History: 2008, Act 551, Eff. Oct. 1, 2009
Compiler's Notes: For transfer of securities division of office of finance and insurance regulation from office of finance and insurance regulation to department of licensing and regulatory affairs, see E.R.O. No. 2012-6, compiled at MCL 445.2034.
451.2510 Purchaser, seller, or recipient of investment advice; action prohibited; false representation; security as void; damages.Sec. 510.

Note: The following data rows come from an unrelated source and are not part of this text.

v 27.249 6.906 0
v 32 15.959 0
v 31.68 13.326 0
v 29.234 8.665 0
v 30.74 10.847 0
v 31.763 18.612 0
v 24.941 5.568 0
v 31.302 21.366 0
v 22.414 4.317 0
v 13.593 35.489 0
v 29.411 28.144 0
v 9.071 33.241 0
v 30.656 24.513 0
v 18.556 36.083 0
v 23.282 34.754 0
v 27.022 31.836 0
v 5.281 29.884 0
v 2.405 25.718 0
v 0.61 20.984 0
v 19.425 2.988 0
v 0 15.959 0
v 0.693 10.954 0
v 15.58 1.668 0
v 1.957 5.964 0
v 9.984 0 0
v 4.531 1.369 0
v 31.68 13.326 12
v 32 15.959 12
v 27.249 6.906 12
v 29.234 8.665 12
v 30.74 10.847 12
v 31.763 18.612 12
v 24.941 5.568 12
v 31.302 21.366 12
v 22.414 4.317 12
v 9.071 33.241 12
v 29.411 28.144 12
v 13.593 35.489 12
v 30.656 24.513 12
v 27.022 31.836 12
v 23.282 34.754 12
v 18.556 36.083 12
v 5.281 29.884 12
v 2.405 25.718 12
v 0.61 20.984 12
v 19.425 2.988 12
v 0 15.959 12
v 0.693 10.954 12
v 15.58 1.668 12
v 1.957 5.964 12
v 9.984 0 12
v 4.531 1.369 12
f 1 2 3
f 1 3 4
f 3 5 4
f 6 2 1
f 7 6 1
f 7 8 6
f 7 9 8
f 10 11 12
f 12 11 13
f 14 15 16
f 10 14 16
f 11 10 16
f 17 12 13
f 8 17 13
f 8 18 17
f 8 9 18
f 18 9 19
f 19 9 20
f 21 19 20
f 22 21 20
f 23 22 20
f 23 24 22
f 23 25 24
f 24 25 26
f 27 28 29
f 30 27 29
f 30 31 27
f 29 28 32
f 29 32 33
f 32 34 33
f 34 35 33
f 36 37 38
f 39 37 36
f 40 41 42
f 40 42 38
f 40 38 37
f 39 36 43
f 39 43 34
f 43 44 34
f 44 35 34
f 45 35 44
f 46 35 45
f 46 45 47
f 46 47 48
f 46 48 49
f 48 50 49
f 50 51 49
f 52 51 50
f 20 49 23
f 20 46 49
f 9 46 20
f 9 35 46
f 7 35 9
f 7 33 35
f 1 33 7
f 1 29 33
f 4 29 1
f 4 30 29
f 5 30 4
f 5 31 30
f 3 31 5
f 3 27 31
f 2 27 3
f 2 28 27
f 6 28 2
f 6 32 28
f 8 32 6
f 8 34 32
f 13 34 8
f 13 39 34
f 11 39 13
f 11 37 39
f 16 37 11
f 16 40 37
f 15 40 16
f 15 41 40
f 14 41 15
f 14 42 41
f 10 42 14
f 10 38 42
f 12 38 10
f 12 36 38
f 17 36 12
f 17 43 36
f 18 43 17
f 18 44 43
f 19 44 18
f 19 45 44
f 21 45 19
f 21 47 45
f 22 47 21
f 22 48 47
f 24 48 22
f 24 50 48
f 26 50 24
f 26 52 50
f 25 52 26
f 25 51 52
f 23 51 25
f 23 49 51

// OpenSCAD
$fn = 32;

// ----------------------------------------------------------------------
// Cam disc: base radius 11.0 mm, lift 10.0 mm, 26 profile points
// ----------------------------------------------------------------------

// --- parameters (mm) ---
profile_height = 12;      // extrusion height
profile_points = 26;      // points of the closed outline

profile = [[32, 15.959], [31.763, 18.612], [31.302, 21.366], [30.656, 24.513], [29.411, 28.144], [27.022, 31.836], [23.282, 34.754], [18.556, 36.083], [13.593, 35.489], [9.071, 33.241], [5.281, 29.884], [2.405, 25.718], [0.61, 20.984], [0, 15.959], [0.693, 10.954], [1.957, 5.964], [4.531, 1.369], [9.984, 0], [15.58, 1.668], [19.425, 2.988], [22.414, 4.317], [24.941, 5.568], [27.249, 6.906], [29.234, 8.665], [30.74, 10.847], [31.68, 13.326]];  // single closed polygon, 26 points, counter clockwise

// --- the one profile operation ---
linear_extrude(height = profile_height) polygon(points = profile);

(1) A purchaser, seller, or recipient of investment advice may not maintain an action under section 509 if all of the following are met:
(a) The purchaser, seller, or recipient of investment advice receives in a record, before the action is commenced, an offer that does all of the following:
(i) States the respect in which liability under section 509 may have arisen and fairly advises the purchaser, seller, or recipient of investment advice of that person's rights in connection with the offer, including financial or other information necessary to correct all material misstatements or omissions in the information that was required by this act to be furnished to that person at the time of the purchase, sale, or investment advice.
(ii) If the basis for relief under this section may have been a violation of section 509(2), offers to repurchase the security for cash, payable on delivery of the security, equal to the consideration paid, and interest at 6% per year from the date of purchase, less the amount of any income received on the security, or, if the purchaser no longer owns the security, offers to pay the purchaser upon acceptance of the offer damages in an amount that would be recoverable upon a tender, less the value of the security when the purchaser disposed of it, and interest at 6% from the date of purchase in cash equal to the damages computed in the manner provided in this subsection.
(iii) If the basis for relief under this section may have been a violation of section 509(3), offers to tender the security, on payment by the seller of an amount equal to the purchase price paid, less income received on the security by the purchaser and interest at 6% from the date of the sale, or if the purchaser no longer owns the security, offers to pay the seller upon acceptance of the offer, in cash, damages in the amount of the difference between the price at which the security was purchased and the value the security would have had at the time of the purchase in the absence of the purchaser's conduct that may have caused liability and interest at 6% from the date of the sale.
(iv) If the basis for relief under this section may have been a violation of section 509(4), and if the customer is a purchaser, offers to pay as specified in subdivision (a)(ii) or, if the customer is a seller, offers to tender or to pay as specified in subdivision (a)(iii).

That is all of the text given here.